Dave Wagner, Anchor/Reporter, WCNC:

I loved scary movies as a kid, but they came back to haunt me. I was often nervous about being close to windows at night for fear someone or something might break through and grab me. My big brother and I shared a room and I was grateful because I firmly believed he would protect me.

The movies that really made me nervous were the ones where seemingly normal people turn frighteningly evil. Rosemary's Baby (1968) was one of those films. I made my brother look under my bed for many days after I saw that film.

But it wasn't just those movies as a kid. The Shining (1980) also left me shaking. With his hatchet in hand, Jack Nicholson convinced me that you're never really safe behind a locked door.
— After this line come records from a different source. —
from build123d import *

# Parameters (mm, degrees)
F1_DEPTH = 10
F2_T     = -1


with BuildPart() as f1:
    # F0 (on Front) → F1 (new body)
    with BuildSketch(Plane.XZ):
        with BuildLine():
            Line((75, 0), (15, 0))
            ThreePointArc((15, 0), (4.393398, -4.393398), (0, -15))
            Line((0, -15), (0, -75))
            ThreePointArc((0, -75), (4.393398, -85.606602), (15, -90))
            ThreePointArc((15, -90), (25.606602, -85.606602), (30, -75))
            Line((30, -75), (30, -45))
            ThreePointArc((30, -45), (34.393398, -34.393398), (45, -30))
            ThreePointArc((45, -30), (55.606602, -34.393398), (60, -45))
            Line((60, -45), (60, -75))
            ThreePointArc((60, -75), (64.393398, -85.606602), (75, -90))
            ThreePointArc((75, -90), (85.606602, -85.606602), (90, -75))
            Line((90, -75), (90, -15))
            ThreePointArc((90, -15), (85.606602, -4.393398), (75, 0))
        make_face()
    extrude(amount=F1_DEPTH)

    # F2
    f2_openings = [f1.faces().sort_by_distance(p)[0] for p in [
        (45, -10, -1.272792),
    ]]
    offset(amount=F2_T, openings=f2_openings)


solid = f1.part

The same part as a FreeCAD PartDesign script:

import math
import FreeCAD as App
import Part
import Sketcher

V = App.Vector


def faces_at(feature, points):
    """Names of the faces that lie closest to the given points."""
    faces = feature.Shape.Faces
    near = lambda p: min(range(len(faces)), key=lambda i: faces[i].distToShape(Part.Vertex(*p))[0])
    return sorted({f"Face{near(p) + 1}" for p in points})

doc = App.newDocument("Part")
body = doc.addObject("PartDesign::Body", "Body")

sketch1 = body.newObject("Sketcher::SketchObject", "Sketch")
sketch1.AttachmentSupport = (doc.getObject("XZ_Plane"), [""])
sketch1.MapMode = "FlatFace"
sketch1.addGeometry([
    Part.LineSegment(V(75, 0, 0), V(15, 0, 0)),
    Part.ArcOfCircle(Part.Circle(V(15, -15, 0), V(0, 0, 1), 15), math.radians(90), math.radians(180)),
    Part.LineSegment(V(0, -15, 0), V(0, -75, 0)),
    Part.ArcOfCircle(Part.Circle(V(15, -75, 0), V(0, 0, 1), 15), math.radians(180), math.radians(270)),
    Part.ArcOfCircle(Part.Circle(V(15, -75, 0), V(0, 0, 1), 15), math.radians(-90), math.radians(0)),
    Part.LineSegment(V(30, -75, 0), V(30, -45, 0)),
    Part.ArcOfCircle(Part.Circle(V(45, -45, 0), V(0, 0, 1), 15), math.radians(90), math.radians(180)),
    Part.ArcOfCircle(Part.Circle(V(45, -45, 0), V(0, 0, 1), 15), math.radians(0), math.radians(90)),
    Part.LineSegment(V(60, -45, 0), V(60, -75, 0)),
    Part.ArcOfCircle(Part.Circle(V(75, -75, 0), V(0, 0, 1), 15), math.radians(180), math.radians(270)),
    Part.ArcOfCircle(Part.Circle(V(75, -75, 0), V(0, 0, 1), 15), math.radians(-90), math.radians(0)),
    Part.LineSegment(V(90, -75, 0), V(90, -15, 0)),
    Part.ArcOfCircle(Part.Circle(V(75, -15, 0), V(0, 0, 1), 15), math.radians(0), math.radians(90)),
], False)
sketch1.addConstraint([
    Sketcher.Constraint("Tangent", 0, 2, 1, 1),
    Sketcher.Constraint("Tangent", 1, 2, 2, 1),
    Sketcher.Constraint("Tangent", 2, 2, 3, 1),
    Sketcher.Constraint("Tangent", 3, 2, 4, 1),
    Sketcher.Constraint("Tangent", 4, 2, 5, 1),
    Sketcher.Constraint("Tangent", 5, 2, 6, 2),
    Sketcher.Constraint("Tangent", 6, 1, 7, 2),
    Sketcher.Constraint("Tangent", 7, 1, 8, 1),
    Sketcher.Constraint("Tangent", 8, 2, 9, 1),
    Sketcher.Constraint("Tangent", 9, 2, 10, 1),
    Sketcher.Constraint("Tangent", 10, 2, 11, 1),
    Sketcher.Constraint("Tangent", 11, 2, 12, 1),
    Sketcher.Constraint("Tangent", 12, 2, 0, 1),
    Sketcher.Constraint("Horizontal", 0),
    Sketcher.Constraint("Vertical", 2),
    Sketcher.Constraint("Vertical", 5),
    Sketcher.Constraint("Vertical", 8),
    Sketcher.Constraint("Vertical", 11),
    Sketcher.Constraint("Equal", 1, 3),
    Sketcher.Constraint("Equal", 3, 4),
    Sketcher.Constraint("Equal", 4, 6),
    Sketcher.Constraint("Equal", 6, 7),
    Sketcher.Constraint("Equal", 7, 9),
    Sketcher.Constraint("Equal", 9, 10),
    Sketcher.Constraint("Equal", 10, 12),
    Sketcher.Constraint("PointOnObject", 0, 2, -1),
    Sketcher.Constraint("PointOnObject", 1, 2, -2),
    Sketcher.Constraint("Horizontal", 4, 3, 9, 3),
    Sketcher.Constraint("Vertical", 0, 2, 3, 2),
    Sketcher.Constraint("Vertical", 7, 3, 6, 1),
    Sketcher.Constraint("Vertical", 12, 3, 9, 2),
    Sketcher.Constraint("Equal", 0, 2),
    Sketcher.Constraint("Radius", 1, 14.999999),
    Sketcher.Constraint("DistanceY", 5, 1, 5, 2, 30.0),
])
pad1 = body.newObject("PartDesign::Pad", "Pad")
pad1.Profile = sketch1
pad1.Length = 10
doc.recompute()

thickness = body.newObject("PartDesign::Thickness", "Thickness")
thickness.Base = (pad1, faces_at(pad1, [(27, -10, -63)]))
thickness.Value = 1
thickness.Reversed = True
thickness.Join = "Arc"

doc.recompute()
Fatal Attraction (1987) was another one of those films. Glenn Close still makes me nervous to this day. In fact, I can't hear the sound of a whistling teapot without thinking of her terrifying character.

Shane Windmeyer, Author; Public Speaker; Executive Director of Campus Pride:

I would have to say the scene in The Exorcist (1973) where the Father throws holy water on the young girl. She begins to vomit, levitates and spins her head. I'm not sure if that was the order it happened, but I have to say that there have been times I've had the same reaction to Catholic priests. Do I blame the girl? No. Was it an awesome horror flick? Yes. The scene intrigued me so much as a child that I began sneaking into my sister's room to throw water on her in the middle of the night. I was disappointed in the reaction. Damn Hollywood!

And, lest we forget, Shane Windmeyer's alter ego ...

Buff Faye, Drag Queen

The thought of somebody spilling blood on my prom dress terrifies me. So I would have to say Carrie (1976). By the end of that movie, I was ready to burn the high school down myself.

Coming in a close second would have to be Invasion of the Body Snatchers (1978). I mean, I wouldn't sleep for weeks — seriously.

The bigger question is: "Who wants to get some popcorn and watch some horror flicks?"